Part 5: Common Statistical Tests

Here’s a guide for choosing the right statistical test:

  1. Comparing Two Groups
    • Continuous data, normal distribution: t-test
    • Non-normal data: Wilcoxon test
    • Categorical data: Chi-square test
  2. Comparing Multiple Groups
    • Continuous data, normal distribution: ANOVA
    • Non-normal data: Kruskal-Wallis test
  3. Looking for Relationships
    • Between continuous variables: Correlation
    • Predicting values: Regression

Practice Exercises

  1. Generate two groups of data and test if they’re different
  2. Calculate and interpret confidence intervals
  3. Create visualizations to support your statistical analysis
# Exercise 1: Compare two groups
group1 <- rnorm(50, mean = 10, sd = 2)
group2 <- rnorm(50, mean = 11, sd = 2)

# Visualize
boxplot(list(Group1 = group1, Group2 = group2),
        main = "Comparing Two Groups",
        ylab = "Values")

# Test for difference
test_result <- t.test(group1, group2)
print(test_result)

Tips for Good Statistical Practice

  1. Always Plot Your Data
    • Visualize before analyzing
    • Look for patterns and outliers
    • Don’t trust summary statistics alone
  2. Check Your Assumptions
    • Is the data normally distributed?
    • Are the groups independent?
    • Is the variance similar between groups?
  3. Be Careful with Interpretation
    • Correlation ≠ Causation
    • Statistical significance ≠ Practical significance
    • Consider effect sizes, not just p-values
  4. Document Everything
    • Keep track of your analysis steps
    • Note any data cleaning or transformations
    • Make your analysis reproducible

Additional Resources

  1. UCLA Statistical Methods and Data Analytics
  2. R for Data Science - Statistical Analysis
  3. Quick R: Basic Statistics

Advanced Topics (Optional)

Understanding Hypothesis Testing in Detail

Hypothesis testing is like being a detective - you start with a assumption (called the null hypothesis) and then look for evidence to disprove it.

  1. The Two Hypotheses:
    • Null Hypothesis (H₀): Your initial assumption (usually “no effect” or “no difference”)
    • Alternative Hypothesis (H₁): What you’re looking for evidence to support
# Let's simulate a medical trial example
# H₀: New drug has no effect (difference = 0)
# H₁: New drug has an effect (difference ≠ 0)

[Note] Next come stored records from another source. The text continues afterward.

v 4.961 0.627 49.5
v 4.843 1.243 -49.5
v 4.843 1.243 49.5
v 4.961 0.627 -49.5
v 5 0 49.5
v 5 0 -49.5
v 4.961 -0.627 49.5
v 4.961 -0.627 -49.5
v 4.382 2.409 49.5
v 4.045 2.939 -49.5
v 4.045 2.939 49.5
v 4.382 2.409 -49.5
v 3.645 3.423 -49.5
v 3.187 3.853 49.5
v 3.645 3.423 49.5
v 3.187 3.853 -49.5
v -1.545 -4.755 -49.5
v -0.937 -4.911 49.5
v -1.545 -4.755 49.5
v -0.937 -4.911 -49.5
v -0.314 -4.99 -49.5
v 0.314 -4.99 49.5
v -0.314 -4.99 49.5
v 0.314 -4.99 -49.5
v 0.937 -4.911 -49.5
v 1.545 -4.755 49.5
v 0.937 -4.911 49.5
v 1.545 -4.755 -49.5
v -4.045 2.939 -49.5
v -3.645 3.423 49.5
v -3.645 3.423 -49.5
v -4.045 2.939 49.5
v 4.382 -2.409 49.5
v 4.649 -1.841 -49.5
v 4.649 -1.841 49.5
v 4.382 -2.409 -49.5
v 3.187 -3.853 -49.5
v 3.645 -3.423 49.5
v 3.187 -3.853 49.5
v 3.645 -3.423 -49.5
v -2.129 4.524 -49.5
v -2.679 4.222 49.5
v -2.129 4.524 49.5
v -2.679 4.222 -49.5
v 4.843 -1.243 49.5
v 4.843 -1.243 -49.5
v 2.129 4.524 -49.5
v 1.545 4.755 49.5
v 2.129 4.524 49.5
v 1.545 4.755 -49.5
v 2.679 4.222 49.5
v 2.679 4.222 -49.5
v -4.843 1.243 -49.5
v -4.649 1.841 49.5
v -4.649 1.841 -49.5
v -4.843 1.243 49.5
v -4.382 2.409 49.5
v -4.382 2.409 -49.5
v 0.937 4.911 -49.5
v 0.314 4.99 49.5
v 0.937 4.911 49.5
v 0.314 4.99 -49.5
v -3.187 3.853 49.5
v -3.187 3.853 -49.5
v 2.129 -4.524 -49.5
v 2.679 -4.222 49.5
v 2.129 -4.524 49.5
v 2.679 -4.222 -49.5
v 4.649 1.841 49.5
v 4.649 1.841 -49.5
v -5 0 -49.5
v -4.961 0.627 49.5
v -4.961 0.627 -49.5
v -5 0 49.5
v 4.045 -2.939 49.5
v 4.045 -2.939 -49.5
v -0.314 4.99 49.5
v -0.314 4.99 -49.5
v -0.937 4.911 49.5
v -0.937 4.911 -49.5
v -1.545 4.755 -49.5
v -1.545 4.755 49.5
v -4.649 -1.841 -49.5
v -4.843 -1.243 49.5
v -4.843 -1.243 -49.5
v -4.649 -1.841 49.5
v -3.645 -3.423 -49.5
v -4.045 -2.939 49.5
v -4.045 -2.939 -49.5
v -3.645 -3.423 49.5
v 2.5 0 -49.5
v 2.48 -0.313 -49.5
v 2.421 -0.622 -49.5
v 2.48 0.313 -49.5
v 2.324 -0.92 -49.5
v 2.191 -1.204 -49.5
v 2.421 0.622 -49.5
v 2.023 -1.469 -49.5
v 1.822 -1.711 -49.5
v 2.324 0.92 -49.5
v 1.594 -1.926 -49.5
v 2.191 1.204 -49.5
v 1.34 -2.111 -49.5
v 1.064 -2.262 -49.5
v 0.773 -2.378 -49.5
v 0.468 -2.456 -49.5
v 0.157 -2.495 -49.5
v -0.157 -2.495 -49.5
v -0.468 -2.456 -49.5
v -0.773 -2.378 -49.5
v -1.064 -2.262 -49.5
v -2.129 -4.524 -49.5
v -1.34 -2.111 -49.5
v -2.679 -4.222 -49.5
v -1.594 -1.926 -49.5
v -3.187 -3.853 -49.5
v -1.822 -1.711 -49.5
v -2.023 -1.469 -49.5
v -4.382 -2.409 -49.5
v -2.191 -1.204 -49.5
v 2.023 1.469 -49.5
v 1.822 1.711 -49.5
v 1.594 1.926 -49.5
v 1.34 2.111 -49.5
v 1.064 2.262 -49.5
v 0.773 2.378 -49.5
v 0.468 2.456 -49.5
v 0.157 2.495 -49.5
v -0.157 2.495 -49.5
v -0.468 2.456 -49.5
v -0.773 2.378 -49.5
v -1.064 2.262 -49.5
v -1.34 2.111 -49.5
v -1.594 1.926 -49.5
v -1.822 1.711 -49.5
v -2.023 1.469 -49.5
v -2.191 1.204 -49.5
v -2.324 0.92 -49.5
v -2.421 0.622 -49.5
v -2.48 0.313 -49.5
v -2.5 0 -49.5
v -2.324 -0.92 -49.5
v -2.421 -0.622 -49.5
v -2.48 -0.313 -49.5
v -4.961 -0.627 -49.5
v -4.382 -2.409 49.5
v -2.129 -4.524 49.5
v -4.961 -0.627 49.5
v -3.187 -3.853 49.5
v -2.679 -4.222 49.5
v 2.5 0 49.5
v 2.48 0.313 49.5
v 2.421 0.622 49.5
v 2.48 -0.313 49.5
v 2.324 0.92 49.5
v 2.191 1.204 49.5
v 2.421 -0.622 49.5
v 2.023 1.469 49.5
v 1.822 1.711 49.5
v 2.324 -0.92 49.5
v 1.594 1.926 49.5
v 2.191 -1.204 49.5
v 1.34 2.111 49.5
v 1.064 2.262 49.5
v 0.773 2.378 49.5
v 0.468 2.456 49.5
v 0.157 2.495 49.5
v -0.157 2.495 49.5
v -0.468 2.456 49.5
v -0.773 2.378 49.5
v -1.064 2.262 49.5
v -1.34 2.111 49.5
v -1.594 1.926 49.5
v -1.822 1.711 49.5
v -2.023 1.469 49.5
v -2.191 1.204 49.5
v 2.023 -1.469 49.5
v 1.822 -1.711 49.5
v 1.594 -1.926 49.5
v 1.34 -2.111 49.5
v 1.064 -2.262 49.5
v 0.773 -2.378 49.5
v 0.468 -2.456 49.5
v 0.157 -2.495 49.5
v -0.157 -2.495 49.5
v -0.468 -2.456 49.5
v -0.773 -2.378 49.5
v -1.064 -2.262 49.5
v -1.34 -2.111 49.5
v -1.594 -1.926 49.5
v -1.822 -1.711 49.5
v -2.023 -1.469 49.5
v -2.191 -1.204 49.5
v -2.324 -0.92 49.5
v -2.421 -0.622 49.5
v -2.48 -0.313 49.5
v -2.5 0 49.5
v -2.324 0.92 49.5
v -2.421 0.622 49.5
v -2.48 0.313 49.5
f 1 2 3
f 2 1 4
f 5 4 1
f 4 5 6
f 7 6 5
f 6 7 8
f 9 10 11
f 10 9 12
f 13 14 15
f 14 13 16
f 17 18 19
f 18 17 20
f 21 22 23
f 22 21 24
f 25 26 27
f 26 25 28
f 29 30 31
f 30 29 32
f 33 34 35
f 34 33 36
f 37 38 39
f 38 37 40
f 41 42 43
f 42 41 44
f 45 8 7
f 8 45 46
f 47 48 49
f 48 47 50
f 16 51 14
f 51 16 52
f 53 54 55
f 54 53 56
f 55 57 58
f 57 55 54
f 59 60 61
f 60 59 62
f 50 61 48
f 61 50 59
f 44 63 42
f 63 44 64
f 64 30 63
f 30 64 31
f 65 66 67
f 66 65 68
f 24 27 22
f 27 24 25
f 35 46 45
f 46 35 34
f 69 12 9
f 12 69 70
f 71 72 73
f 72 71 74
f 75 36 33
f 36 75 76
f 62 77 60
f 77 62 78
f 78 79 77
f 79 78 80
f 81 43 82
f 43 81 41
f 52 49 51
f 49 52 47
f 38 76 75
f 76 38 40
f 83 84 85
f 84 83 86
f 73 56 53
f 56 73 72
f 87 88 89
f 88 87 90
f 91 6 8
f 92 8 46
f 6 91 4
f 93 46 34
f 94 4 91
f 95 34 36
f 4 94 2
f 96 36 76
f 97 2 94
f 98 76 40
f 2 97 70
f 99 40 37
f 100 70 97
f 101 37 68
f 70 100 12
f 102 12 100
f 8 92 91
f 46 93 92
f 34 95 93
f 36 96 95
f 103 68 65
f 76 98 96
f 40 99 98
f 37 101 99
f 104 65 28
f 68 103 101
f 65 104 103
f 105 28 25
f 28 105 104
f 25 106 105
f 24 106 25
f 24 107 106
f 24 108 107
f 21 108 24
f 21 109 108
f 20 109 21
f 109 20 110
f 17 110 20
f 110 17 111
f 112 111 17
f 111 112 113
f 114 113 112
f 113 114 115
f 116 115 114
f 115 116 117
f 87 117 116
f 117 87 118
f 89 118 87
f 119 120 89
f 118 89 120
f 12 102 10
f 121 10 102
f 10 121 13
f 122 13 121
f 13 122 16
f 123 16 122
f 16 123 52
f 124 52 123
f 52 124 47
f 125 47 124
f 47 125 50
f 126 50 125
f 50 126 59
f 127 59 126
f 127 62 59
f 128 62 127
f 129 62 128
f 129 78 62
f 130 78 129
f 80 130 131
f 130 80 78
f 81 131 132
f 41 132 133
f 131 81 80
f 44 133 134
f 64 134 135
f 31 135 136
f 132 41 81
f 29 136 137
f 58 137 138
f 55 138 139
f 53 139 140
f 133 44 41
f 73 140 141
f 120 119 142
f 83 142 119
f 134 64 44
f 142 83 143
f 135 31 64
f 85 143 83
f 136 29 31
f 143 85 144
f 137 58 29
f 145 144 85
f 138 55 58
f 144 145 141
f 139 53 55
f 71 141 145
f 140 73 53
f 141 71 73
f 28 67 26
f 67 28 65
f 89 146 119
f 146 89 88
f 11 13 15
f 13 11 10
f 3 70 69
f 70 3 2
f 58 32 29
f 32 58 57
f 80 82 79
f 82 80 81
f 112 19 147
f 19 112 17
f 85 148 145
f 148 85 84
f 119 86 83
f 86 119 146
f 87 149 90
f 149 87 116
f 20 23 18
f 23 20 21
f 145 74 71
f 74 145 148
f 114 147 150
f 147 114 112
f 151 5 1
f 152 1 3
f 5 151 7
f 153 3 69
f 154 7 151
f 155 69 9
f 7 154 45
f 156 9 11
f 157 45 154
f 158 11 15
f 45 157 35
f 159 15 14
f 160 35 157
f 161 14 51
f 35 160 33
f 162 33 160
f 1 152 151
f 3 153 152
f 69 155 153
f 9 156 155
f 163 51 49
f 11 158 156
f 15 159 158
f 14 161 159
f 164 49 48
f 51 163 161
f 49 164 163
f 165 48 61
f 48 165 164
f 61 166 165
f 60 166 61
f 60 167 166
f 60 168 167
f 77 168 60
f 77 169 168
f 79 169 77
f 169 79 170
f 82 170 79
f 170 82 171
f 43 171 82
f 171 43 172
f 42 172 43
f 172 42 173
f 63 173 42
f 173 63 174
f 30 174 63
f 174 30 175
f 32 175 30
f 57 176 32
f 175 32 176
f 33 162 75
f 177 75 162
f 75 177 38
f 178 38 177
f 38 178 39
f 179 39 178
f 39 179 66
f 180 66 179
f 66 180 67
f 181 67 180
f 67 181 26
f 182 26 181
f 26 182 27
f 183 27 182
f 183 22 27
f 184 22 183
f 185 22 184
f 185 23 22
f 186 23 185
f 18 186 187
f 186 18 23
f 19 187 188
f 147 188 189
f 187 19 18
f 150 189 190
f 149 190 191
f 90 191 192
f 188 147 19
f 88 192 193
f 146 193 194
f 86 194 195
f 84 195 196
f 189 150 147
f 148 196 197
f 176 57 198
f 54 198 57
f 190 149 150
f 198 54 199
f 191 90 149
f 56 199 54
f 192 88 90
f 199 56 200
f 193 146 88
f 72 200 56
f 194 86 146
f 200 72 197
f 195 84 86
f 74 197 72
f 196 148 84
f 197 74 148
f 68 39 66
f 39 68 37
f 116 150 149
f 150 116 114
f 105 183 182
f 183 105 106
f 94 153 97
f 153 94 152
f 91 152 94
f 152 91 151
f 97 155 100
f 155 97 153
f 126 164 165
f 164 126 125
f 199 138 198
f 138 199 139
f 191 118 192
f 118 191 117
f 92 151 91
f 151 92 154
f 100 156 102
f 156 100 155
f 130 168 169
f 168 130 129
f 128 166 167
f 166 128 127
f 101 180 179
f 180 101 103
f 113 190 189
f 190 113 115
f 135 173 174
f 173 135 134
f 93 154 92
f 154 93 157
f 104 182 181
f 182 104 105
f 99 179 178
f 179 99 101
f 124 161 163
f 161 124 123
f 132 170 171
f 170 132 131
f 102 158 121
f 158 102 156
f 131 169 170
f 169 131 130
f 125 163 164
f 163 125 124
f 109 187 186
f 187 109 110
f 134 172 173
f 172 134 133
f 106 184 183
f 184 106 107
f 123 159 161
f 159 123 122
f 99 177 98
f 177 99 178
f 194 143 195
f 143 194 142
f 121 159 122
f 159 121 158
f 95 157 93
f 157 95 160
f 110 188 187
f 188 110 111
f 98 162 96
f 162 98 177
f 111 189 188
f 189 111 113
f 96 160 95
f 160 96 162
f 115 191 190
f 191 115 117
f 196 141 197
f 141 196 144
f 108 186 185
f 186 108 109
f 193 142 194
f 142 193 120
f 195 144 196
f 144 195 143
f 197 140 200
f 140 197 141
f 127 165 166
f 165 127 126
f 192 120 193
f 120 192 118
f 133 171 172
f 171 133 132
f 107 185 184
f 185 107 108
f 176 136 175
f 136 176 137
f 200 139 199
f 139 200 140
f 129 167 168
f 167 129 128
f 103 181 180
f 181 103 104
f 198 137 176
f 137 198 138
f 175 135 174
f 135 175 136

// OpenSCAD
$fn = 50;


difference() {
	union() {
		translate(v = [0, 0, -49.5000000000]) {
			cylinder(h = 99, r = 5.0000000000);
		}
	}
	union() {
		translate(v = [0, 0, -100.0000000000]) {
			cylinder(h = 200, r = 2.5000000000);
		}
	}
}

set.seed(123)  # For reproducible results
placebo <- rnorm(100, mean = 100, sd = 15)    # Placebo group
drug <- rnorm(100, mean = 110, sd = 15)       # Drug group

# Perform t-test
trial_result <- t.test(drug, placebo)

# Print results
cat("\nDrug Trial Results:")
cat("\n  Mean difference:", round(mean(drug) - mean(placebo), 1))
cat("\n  p-value:", format.pval(trial_result$p.value, digits = 3))
cat("\n  95% CI:", paste(round(trial_result$conf.int, 1), collapse = " to "), "\n")

Multiple Testing

When doing many tests, we need to adjust our p-values:

# Simulate multiple tests
p_values <- replicate(100, {
  x <- rnorm(20)
  y <- rnorm(20)
  t.test(x, y)$p.value
})

# Adjust p-values
p_adjusted <- p.adjust(p_values, method = "bonferroni")

# Compare
cat("Number of 'significant' results (p < 0.05):")
cat("\n  Without adjustment:", sum(p_values < 0.05))
cat("\n  With Bonferroni adjustment:", sum(p_adjusted < 0.05))

Remember: Statistics is about telling stories with data. The more you practice, the better you’ll get at understanding and telling these stories!